Secara hukum, babirusa telah mendapatkan perlindungan penuh di Indonesia sejak tahun 1931. Spesies ini juga terdaftar dalam Appendix I CITES sejak tahun 1982, meskipun perdagangan internasional tidak dianggap sebagai isu besar selama beberapa tahun terakhir.

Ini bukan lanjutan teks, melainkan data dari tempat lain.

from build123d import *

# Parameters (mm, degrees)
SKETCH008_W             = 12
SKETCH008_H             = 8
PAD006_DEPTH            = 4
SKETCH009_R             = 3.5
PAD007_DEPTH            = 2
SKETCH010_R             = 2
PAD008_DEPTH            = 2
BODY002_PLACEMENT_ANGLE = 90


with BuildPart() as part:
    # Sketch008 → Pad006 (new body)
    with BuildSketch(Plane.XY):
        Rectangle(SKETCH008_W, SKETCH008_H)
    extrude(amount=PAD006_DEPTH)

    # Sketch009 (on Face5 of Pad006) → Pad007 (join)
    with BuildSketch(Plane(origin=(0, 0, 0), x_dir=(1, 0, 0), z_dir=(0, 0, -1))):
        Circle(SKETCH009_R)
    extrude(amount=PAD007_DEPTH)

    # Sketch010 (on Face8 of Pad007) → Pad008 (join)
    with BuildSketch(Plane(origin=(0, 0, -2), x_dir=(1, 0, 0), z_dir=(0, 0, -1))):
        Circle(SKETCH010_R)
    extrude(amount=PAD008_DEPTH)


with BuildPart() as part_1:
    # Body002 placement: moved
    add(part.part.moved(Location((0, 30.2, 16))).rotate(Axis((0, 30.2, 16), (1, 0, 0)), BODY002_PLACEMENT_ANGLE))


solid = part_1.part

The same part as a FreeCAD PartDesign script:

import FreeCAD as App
import Part
import Sketcher

doc = App.newDocument("Part")
params = doc.addObject("Spreadsheet::Sheet", "Params")
for row, (alias, value) in enumerate([
    ("sketch1_width", "12 mm"),
    ("sketch1_height", "8 mm"),
    ("pad1_length", "4 mm"),
    ("sketch2_diameter", "7 mm"),
    ("pad2_length", "2 mm"),
    ("sketch3_diameter", "4 mm"),
    ("pad3_length", "2 mm"),
], start=1):
    params.set(f"A{row}", alias)
    params.set(f"B{row}", "=" + value)
    params.setAlias(f"B{row}", alias)

body = doc.addObject("PartDesign::Body", "Body")

# Sketch on XY plane
sketch1 = doc.addObject("Sketcher::SketchObject", "Sketch")
body.addObject(sketch1)
sketch1.AttachmentSupport = (doc.XY_Plane, [""])
sketch1.MapMode = "FlatFace"
sketch1.addGeometry([
    Part.LineSegment(App.Vector(-6, 4, 0), App.Vector(-6, -4, 0)),
    Part.LineSegment(App.Vector(-6, -4, 0), App.Vector(6, -4, 0)),
    Part.LineSegment(App.Vector(6, -4, 0), App.Vector(6, 4, 0)),
    Part.LineSegment(App.Vector(6, 4, 0), App.Vector(-6, 4, 0)),
], False)
sketch1.addConstraint([
    Sketcher.Constraint("Coincident", 0, 2, 1, 1),
    Sketcher.Constraint("Coincident", 1, 2, 2, 1),
    Sketcher.Constraint("Coincident", 2, 2, 3, 1),
    Sketcher.Constraint("Coincident", 3, 2, 0, 1),
    Sketcher.Constraint("Vertical", 0),
    Sketcher.Constraint("Horizontal", 1),
    Sketcher.Constraint("Vertical", 2),
    Sketcher.Constraint("Horizontal", 3),
    Sketcher.Constraint("Symmetric", 0, 2, 2, 2, -1, 1),
    Sketcher.Constraint("DistanceX", 1, 1, 1, 2, 12.0),
    Sketcher.Constraint("DistanceY", 0, 2, 0, 1, 8.0),
])
sketch1.setExpression("Constraints[9]", "Params.sketch1_width")
sketch1.setExpression("Constraints[10]", "Params.sketch1_height")
pad1 = doc.addObject("PartDesign::Pad", "Pad")
body.addObject(pad1)
pad1.Profile = sketch1
pad1.setExpression("Length", "Params.pad1_length")

# Sketch on XY plane
sketch2 = doc.addObject("Sketcher::SketchObject", "Sketch001")
body.addObject(sketch2)
sketch2.AttachmentSupport = (doc.XY_Plane, [""])
sketch2.MapMode = "FlatFace"
sketch2.addGeometry(Part.Circle(App.Vector(0, 0, 0), App.Vector(0, 0, 1), 3.5), False)
sketch2.addConstraint([
    Sketcher.Constraint("Coincident", 0, 3, -1, 1),
    Sketcher.Constraint("Diameter", 0, 7.0),
])
sketch2.setExpression("Constraints[1]", "Params.sketch2_diameter")
pad2 = doc.addObject("PartDesign::Pad", "Pad001")
body.addObject(pad2)
pad2.Profile = sketch2
pad2.setExpression("Length", "Params.pad2_length")
pad2.Reversed = True

# Sketch on XY plane
sketch3 = doc.addObject("Sketcher::SketchObject", "Sketch002")
body.addObject(sketch3)
sketch3.AttachmentSupport = (doc.XY_Plane, [""])
sketch3.MapMode = "FlatFace"
sketch3.AttachmentOffset = App.Placement(App.Vector(0, 0, -2), App.Rotation())
sketch3.addGeometry(Part.Circle(App.Vector(0, 0, 0), App.Vector(0, 0, 1), 2), False)
sketch3.addConstraint([
    Sketcher.Constraint("Coincident", 0, 3, -1, 1),
    Sketcher.Constraint("Diameter", 0, 4.0),
])
sketch3.setExpression("Constraints[1]", "Params.sketch3_diameter")
pad3 = doc.addObject("PartDesign::Pad", "Pad002")
body.addObject(pad3)
pad3.Profile = sketch3
pad3.setExpression("Length", "Params.pad3_length")
pad3.Reversed = True
body2 = doc.addObject("PartDesign::Body", "Body001")
doc.recompute()

body.Placement = App.Placement(App.Vector(0, 30.2, 16), App.Rotation(App.Vector(1, 0, 0), 90))
boolean = doc.addObject("PartDesign::Boolean", "Boolean")
body2.addObject(boolean)
boolean.Type = "Fuse"
boolean.addObjects([body])

doc.recompute()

Di Pulau Buru, terdapat dua kawasan lindung yang tersisa, yaitu Gunung Kelpat Muda (1380 km²) dan Waeapo (50 km²), serta satu kawasan di Pulau Taliabu (700 km²).
Keberadaan Gunung Kelpat Muda memiliki keuntungan tambahan, yaitu diakui sebagai wilayah perlindungan berdasarkan adat setempat.
Namun, operasi penebangan komersial skala besar tetap menjadi ancaman utama bagi spesies ini. Meskipun ancaman terhadap hutan hujan Buru saat ini relatif rendah dan prospek konservasi tampak stabil, babirusa tetap rentan.
Mereka masih diburu untuk daging di beberapa wilayah oleh masyarakat desa non-Muslim lokal. Oleh karena itu, upaya konservasi yang terintegrasi dan berkelanjutan sangat diperlukan untuk melindungi babirusa dan habitatnya.